I am trying to read data from Kafka using structured streaming. The data received from kafka is in json format. I use a sample json to create the schema and later in the code I use the from_json function to convert the json to a dataframe for further processing. The problem I am facing is with the nested schema and multi-values. The sample schema defines a tag (say a) as a struct. The json data read from kafka can have either one or multiple values for the same tag ( in two different values).
val df0= spark.read.format("json").load("contactSchema0.json")
val schema0 = df0.schema
val df1 = spark.readStream.format("kafka").option("kafka.bootstrap.servers", "node1:9092").option("subscribe", "my_first_topic").load()
val df2 = df1.selectExpr("CAST(value as STRING)").toDF()
val df3 = df2.select(from_json($"value",schema0).alias("value"))
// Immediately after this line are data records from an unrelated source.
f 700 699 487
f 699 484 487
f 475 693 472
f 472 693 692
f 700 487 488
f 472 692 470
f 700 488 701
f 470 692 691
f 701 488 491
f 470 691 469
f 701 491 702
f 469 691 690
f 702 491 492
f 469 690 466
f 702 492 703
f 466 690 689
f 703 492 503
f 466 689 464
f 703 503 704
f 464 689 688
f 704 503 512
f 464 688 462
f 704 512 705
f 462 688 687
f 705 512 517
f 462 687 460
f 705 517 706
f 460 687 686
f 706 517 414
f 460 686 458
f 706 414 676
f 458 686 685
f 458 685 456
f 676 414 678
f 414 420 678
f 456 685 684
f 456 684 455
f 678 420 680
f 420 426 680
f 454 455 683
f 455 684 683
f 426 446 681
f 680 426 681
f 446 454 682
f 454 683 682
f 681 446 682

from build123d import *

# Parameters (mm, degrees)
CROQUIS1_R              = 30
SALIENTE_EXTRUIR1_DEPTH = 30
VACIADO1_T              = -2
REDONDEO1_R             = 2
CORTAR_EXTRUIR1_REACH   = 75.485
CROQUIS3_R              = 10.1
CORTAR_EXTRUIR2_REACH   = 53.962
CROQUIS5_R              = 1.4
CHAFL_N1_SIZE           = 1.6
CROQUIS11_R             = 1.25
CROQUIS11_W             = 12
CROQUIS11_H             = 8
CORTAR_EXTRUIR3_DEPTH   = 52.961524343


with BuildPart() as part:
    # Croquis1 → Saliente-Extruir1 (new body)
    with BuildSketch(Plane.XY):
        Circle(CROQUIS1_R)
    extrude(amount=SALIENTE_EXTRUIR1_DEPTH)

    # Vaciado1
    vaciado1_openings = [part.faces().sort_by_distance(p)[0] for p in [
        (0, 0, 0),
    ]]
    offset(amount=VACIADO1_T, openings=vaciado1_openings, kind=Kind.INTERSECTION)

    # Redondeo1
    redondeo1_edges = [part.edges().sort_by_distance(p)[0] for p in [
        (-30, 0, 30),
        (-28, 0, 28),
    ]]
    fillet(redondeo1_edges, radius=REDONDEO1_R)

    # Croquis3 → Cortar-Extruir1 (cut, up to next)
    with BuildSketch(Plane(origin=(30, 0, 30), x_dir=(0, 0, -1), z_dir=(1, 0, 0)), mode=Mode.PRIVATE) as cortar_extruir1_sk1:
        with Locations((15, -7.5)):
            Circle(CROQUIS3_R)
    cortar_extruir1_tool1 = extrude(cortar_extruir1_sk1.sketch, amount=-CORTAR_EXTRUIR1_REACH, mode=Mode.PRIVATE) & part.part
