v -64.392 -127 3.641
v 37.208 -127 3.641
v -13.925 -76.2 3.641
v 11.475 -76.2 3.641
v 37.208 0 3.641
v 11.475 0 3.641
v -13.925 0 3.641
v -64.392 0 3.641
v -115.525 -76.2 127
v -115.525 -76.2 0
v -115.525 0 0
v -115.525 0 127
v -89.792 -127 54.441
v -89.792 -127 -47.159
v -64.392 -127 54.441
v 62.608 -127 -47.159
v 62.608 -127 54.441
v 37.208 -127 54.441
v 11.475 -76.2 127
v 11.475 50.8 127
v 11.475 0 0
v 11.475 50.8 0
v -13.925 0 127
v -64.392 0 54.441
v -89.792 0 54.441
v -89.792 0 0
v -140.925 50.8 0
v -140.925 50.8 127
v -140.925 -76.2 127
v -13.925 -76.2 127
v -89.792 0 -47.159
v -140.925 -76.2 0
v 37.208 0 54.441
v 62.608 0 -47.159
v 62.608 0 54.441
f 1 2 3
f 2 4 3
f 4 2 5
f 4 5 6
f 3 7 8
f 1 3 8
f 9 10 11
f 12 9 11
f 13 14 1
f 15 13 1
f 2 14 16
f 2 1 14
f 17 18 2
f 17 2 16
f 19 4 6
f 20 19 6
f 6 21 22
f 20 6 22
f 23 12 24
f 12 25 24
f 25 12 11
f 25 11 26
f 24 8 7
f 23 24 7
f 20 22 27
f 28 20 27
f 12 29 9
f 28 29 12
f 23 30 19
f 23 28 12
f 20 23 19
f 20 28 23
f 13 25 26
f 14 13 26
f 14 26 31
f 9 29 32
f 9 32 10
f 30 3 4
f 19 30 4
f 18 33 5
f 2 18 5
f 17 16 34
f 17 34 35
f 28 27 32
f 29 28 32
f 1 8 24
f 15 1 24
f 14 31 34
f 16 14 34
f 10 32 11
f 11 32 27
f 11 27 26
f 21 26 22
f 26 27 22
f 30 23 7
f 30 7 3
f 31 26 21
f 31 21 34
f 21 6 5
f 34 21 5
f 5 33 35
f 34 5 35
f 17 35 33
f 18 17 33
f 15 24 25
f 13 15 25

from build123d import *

# Parameters (mm, degrees)
F1_DEPTH = 127
F3_DEPTH = 127


with BuildPart() as f1:
    # F0 (on Front) → F1 (new body)
    with BuildSketch(Plane.XZ):
        Polygon((-89.792244, 54.44082), (-89.792244, -47.15918), (62.607756, -47.15918), (62.607756, 54.44082), (37.207756, 54.44082), (37.207756, 3.64082), (-64.392244, 3.64082), (-64.392244, 54.44082), align=None)
    extrude(amount=F1_DEPTH)

    # F2 (on Top) → F3 (join)
    with BuildSketch(Plane.XY):
        Polygon((11.475189, 50.8), (-140.924811, 50.8), (-140.924811, -76.2), (-115.524811, -76.2), (-115.524811, 0), (-13.924811, 0), (-13.924811, -76.2), (11.475189, -76.2), align=None)
    extrude(amount=F3_DEPTH)


solid = f1.part
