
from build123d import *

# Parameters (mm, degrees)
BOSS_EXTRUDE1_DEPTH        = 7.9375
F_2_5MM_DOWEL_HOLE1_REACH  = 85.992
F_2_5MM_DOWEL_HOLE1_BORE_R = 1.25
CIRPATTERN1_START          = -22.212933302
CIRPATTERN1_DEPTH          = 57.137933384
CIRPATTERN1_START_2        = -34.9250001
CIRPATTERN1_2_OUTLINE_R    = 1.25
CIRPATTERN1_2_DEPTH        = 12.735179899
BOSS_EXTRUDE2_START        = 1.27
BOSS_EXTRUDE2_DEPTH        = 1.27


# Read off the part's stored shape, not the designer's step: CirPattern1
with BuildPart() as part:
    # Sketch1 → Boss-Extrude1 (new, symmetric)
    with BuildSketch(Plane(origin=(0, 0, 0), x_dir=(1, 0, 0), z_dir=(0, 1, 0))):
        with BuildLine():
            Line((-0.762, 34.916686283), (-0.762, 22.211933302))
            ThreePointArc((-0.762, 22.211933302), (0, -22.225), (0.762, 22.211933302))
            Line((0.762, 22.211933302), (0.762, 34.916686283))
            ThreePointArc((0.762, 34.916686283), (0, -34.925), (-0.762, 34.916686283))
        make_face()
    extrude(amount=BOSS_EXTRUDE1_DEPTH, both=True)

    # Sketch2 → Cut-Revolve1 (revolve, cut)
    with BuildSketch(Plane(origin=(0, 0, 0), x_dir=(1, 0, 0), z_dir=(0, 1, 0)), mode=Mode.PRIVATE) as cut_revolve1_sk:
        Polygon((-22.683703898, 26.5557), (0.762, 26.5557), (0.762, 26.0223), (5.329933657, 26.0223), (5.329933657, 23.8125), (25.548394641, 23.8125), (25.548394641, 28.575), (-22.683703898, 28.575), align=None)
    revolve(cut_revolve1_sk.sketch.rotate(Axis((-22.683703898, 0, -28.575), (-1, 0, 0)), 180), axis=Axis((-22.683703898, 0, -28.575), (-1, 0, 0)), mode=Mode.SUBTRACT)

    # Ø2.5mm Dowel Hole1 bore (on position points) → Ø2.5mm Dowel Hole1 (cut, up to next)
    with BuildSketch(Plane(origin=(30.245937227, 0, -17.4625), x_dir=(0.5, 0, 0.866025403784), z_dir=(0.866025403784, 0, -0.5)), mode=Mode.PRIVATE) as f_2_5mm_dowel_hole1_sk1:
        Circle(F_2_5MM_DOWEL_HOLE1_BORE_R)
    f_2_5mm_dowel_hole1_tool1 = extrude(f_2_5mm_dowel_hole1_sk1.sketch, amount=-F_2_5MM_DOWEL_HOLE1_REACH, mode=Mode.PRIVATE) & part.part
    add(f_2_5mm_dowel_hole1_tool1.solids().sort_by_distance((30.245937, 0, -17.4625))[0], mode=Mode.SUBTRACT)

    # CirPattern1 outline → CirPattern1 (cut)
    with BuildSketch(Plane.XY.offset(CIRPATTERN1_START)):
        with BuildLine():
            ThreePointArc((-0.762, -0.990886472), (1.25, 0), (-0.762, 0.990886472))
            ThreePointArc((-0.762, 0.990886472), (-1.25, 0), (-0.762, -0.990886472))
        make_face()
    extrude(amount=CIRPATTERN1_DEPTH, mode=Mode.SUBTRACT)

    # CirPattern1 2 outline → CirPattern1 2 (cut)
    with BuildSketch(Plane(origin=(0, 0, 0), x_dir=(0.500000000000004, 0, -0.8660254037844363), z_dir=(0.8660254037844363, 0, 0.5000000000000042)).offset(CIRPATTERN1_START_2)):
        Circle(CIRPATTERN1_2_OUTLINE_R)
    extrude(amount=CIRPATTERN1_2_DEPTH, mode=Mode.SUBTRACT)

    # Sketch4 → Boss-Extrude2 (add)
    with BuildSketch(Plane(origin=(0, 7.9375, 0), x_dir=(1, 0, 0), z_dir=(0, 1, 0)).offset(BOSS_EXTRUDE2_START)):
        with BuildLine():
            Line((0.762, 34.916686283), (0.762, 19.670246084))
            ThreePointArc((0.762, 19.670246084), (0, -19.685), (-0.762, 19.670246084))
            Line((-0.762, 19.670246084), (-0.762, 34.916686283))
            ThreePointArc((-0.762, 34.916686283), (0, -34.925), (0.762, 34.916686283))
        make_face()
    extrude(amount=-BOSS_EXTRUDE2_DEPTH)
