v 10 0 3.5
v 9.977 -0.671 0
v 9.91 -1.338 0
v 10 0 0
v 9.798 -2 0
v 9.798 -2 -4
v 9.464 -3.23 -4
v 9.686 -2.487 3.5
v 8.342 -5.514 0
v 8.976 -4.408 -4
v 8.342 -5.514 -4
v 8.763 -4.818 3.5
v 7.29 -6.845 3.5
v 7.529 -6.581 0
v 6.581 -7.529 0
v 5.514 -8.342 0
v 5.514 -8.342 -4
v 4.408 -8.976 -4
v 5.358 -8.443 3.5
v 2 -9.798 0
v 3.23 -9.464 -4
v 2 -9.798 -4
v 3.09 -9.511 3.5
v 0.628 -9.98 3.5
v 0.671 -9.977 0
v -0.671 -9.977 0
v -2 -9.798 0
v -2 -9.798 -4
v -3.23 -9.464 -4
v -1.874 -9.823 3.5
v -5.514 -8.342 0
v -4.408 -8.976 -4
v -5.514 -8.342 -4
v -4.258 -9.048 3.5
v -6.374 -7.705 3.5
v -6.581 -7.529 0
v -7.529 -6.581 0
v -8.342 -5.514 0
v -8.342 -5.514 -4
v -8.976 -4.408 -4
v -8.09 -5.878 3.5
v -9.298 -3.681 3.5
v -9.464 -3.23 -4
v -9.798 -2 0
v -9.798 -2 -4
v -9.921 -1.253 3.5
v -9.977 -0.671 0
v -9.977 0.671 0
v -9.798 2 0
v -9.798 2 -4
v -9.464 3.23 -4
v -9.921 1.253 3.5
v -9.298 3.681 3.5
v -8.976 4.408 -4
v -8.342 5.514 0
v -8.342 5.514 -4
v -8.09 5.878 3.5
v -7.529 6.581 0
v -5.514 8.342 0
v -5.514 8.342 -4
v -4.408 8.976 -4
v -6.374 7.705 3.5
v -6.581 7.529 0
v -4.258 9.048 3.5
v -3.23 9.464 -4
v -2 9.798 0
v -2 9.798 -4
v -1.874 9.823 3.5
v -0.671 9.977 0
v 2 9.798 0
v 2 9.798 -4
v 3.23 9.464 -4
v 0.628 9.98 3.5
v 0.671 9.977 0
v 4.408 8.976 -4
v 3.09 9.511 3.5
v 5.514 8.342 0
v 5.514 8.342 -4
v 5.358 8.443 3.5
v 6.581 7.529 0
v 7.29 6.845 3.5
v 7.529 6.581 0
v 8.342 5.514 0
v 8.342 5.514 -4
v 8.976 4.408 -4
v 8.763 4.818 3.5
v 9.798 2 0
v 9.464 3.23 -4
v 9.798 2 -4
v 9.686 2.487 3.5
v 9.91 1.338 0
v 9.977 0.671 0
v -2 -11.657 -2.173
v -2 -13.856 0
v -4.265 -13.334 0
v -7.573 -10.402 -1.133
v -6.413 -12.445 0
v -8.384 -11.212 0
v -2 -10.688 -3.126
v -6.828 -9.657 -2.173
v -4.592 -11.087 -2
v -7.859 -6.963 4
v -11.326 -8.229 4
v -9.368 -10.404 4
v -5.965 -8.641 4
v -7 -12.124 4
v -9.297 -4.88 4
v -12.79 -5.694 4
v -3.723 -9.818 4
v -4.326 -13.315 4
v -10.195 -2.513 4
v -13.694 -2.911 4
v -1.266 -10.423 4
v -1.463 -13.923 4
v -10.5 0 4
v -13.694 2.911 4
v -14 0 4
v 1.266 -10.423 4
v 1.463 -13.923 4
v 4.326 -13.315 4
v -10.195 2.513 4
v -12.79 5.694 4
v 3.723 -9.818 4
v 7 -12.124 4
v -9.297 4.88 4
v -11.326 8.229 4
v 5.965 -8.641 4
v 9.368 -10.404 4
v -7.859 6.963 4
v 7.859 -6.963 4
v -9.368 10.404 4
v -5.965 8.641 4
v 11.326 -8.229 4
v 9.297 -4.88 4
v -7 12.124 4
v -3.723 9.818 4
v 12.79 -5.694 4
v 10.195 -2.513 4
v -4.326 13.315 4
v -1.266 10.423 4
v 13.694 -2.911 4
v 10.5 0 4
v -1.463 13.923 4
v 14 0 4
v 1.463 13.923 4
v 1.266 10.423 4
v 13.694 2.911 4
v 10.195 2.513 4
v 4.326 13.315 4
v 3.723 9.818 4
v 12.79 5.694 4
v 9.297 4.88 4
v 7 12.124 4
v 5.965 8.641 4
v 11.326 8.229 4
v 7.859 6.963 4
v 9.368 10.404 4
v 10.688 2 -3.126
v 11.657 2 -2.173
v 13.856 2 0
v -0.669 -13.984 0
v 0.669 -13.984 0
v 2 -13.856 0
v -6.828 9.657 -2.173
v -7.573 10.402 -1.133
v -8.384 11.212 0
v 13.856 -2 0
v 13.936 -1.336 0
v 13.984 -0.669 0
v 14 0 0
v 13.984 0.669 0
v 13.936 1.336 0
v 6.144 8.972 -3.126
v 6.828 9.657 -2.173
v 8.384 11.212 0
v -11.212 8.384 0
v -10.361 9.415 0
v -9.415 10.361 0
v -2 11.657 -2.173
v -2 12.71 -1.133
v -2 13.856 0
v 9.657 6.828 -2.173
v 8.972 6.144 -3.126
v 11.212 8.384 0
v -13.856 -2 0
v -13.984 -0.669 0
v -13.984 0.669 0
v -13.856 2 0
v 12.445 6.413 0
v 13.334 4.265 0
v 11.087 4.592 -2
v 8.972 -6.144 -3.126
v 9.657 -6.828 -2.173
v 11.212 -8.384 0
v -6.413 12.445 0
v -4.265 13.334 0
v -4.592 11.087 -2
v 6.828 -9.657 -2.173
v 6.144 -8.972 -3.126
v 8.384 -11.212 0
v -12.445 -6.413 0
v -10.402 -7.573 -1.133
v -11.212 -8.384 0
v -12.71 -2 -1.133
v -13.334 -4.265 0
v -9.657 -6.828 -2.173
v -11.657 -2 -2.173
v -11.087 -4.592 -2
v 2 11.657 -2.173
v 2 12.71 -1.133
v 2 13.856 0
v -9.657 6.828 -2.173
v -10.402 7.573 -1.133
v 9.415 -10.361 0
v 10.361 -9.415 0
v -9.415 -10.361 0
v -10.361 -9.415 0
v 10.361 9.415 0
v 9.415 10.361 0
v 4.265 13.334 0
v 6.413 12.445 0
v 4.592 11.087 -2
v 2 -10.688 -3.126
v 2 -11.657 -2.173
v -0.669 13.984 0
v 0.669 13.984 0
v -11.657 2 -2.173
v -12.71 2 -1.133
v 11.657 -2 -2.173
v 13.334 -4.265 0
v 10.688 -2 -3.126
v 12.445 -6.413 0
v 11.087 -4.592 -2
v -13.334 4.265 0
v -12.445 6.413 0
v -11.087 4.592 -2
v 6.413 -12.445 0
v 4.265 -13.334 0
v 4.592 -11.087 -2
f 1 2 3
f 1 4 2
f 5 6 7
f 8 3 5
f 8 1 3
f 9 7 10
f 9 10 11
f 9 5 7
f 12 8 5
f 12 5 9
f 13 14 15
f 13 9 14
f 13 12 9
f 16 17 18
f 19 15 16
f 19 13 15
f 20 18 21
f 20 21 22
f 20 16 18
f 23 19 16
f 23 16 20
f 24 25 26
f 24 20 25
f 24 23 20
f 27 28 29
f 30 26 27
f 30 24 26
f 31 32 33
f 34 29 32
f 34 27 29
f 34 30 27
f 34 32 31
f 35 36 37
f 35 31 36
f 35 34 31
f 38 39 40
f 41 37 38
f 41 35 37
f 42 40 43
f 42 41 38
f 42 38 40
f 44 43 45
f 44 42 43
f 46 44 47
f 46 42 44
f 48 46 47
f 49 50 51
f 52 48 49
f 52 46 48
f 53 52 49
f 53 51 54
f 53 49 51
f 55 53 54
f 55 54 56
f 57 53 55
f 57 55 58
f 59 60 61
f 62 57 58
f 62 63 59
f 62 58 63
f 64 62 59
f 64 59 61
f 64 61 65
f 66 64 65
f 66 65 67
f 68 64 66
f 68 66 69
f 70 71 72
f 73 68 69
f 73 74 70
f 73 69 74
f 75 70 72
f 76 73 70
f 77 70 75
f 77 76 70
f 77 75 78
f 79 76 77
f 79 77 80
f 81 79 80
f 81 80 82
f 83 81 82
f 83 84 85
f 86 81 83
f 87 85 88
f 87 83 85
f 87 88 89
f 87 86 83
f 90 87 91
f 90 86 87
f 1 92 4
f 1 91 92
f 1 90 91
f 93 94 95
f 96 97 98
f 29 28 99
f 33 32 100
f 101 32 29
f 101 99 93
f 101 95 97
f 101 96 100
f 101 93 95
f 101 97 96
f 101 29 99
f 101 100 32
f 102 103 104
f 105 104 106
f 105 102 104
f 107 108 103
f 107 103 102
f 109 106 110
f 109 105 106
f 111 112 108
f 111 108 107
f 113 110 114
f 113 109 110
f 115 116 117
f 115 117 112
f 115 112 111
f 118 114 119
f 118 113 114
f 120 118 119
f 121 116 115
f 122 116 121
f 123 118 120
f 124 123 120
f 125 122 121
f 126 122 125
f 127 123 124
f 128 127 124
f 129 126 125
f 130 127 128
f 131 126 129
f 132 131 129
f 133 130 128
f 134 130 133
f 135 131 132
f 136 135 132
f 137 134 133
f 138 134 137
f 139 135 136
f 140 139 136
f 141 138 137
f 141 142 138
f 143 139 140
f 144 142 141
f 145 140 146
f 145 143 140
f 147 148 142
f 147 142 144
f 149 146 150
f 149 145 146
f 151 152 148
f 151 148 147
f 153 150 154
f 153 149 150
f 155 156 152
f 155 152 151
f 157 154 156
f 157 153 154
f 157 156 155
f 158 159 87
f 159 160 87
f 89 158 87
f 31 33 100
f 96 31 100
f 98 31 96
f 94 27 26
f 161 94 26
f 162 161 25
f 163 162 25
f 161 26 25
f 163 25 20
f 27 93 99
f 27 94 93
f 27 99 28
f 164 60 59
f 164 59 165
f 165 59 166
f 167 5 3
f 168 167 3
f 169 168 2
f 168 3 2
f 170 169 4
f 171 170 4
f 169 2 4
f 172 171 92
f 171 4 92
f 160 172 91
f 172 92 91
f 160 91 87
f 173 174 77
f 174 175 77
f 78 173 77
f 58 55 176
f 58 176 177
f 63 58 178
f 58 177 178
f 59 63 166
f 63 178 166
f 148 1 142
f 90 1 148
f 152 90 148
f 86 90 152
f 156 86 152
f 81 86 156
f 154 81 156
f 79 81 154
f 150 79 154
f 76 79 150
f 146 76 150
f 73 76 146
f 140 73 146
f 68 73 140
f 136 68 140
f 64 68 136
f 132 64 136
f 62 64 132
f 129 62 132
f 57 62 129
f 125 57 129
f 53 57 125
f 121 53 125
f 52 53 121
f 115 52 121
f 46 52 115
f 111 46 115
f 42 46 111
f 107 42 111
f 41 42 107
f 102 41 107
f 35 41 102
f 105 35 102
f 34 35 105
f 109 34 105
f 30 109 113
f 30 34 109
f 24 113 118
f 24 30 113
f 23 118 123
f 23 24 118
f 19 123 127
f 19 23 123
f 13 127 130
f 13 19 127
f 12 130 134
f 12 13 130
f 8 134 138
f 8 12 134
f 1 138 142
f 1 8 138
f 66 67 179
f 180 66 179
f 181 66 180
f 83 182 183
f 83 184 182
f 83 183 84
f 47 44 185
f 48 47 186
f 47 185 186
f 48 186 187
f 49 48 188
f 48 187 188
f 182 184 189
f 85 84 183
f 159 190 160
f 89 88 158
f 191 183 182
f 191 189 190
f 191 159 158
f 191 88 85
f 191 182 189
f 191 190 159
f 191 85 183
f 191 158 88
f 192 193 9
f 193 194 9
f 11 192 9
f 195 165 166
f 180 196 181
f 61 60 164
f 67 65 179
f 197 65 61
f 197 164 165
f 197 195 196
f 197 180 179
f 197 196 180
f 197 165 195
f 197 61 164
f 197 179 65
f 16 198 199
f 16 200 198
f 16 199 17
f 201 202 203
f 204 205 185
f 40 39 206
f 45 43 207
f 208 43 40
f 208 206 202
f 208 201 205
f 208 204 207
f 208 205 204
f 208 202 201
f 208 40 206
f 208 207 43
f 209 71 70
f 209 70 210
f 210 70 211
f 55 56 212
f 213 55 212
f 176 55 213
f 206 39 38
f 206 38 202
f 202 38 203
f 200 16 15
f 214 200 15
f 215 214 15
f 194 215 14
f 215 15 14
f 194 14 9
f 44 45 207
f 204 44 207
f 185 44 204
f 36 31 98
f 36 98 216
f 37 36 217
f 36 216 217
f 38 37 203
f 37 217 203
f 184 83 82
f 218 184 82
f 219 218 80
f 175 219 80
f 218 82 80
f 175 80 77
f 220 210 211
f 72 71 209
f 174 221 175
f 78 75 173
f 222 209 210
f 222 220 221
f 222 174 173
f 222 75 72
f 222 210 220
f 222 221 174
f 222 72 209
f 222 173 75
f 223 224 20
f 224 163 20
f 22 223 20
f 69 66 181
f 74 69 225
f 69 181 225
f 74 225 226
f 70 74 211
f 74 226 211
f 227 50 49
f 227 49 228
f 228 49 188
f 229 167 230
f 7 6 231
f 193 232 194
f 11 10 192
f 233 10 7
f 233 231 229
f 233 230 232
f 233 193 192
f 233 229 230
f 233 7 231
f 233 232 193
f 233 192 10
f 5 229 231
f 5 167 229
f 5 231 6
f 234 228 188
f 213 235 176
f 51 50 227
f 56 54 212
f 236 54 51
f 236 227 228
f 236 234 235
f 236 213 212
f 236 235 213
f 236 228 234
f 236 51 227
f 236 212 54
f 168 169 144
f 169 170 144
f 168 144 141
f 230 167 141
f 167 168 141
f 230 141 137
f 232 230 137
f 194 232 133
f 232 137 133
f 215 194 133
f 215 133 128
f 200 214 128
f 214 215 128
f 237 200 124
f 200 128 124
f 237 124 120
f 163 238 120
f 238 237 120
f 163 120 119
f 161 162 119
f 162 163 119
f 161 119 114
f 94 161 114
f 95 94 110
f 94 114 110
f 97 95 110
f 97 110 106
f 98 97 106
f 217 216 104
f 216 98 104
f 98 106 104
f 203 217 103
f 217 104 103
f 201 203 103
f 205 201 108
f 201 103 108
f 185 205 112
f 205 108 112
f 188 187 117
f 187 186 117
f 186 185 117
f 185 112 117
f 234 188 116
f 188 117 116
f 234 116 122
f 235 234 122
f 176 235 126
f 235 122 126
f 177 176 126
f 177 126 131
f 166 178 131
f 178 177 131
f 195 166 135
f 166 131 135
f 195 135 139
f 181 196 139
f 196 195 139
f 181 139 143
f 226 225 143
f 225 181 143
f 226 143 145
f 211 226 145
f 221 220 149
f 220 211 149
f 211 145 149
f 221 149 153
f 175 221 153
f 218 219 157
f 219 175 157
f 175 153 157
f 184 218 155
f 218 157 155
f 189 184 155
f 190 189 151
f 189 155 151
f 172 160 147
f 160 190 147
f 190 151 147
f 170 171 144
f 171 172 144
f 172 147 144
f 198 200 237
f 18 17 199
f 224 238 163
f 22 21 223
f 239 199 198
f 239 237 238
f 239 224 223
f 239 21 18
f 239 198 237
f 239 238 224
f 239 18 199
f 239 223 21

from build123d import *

# Parameters (mm, degrees)
F0_R            = 14
F0_R_2          = 10
F1_DEPTH        = 4
F2_R            = 14
F2_R_2          = 10
F3_DEPTH        = 4
F4_SIZE         = 0.5
F5_SIZE         = 3.99999
F6_W            = 4
F6_H            = 40
F7_DEPTH        = 4.001
F7_COPIES_COUNT = 4
F7_COPIES_ANGLE = 135


# Not quite as in the source:
# - a fillet or chamfer is up to 0.001 mm smaller than in the source, because OpenCascade refuses the exact size
# - a pattern or mirror of a feature is missing from the dataset's text; its kind, count and spacing are read off the source's solid


with BuildPart() as f1:
    # F0 (on Top) → F1 (new body)
    with BuildSketch(Plane.XY):
        Circle(F0_R)
        Circle(F0_R_2, mode=Mode.SUBTRACT)
    extrude(amount=F1_DEPTH)

    # F2 (on face) → F3 (join)
    with BuildSketch(Plane(origin=(0, 0, 0), x_dir=(1, 0, 0), z_dir=(0, 0, -1))):
        Circle(F2_R)
        Circle(F2_R_2, mode=Mode.SUBTRACT)
    extrude(amount=F3_DEPTH)

    # F4
    f4_edges = [f1.edges().sort_by_distance(p)[0] for p in [
        (-10, 0, 4),
    ]]
    chamfer(f4_edges, length=F4_SIZE)

    # F5 (size 4 in the source; OpenCascade refuses exactly that, so slightly less here)
    f5_edges = [f1.edges().sort_by_distance(p)[0] for p in [
        (-14, 0, -4),
    ]]
    chamfer(f5_edges, length=F5_SIZE)

    # F6 (on Top) → F7 (cut, through all)
    with BuildSketch(Plane.XY):
        Rectangle(F6_W, F6_H)
    f7 = extrude(amount=-F7_DEPTH, mode=Mode.SUBTRACT)

    # F7_copies: F7 ×4 about axis
    f7_copies_axis = Axis((0, 0, 0), (0, 0, 1))
    for i in range(1, F7_COPIES_COUNT):
        add(f7.rotate(f7_copies_axis, i * F7_COPIES_ANGLE / (F7_COPIES_COUNT - 1)), mode=Mode.SUBTRACT)


solid = f1.part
contactSchema0.json has a sample tag as follows:
"contactList": {
"contact": [{
"id": 1001
},
{
"id": 1002
}]
}
Thus contact is inferred as a struct. But the JSON data read from Kafka can also have data as follows:
"contactList": {
"contact": {
"id": 1001
}
}
So if I define the schema as a struct, spark.json is unable to infer single values and in case if I define the schema as string spark.json is unable to infer multi-values.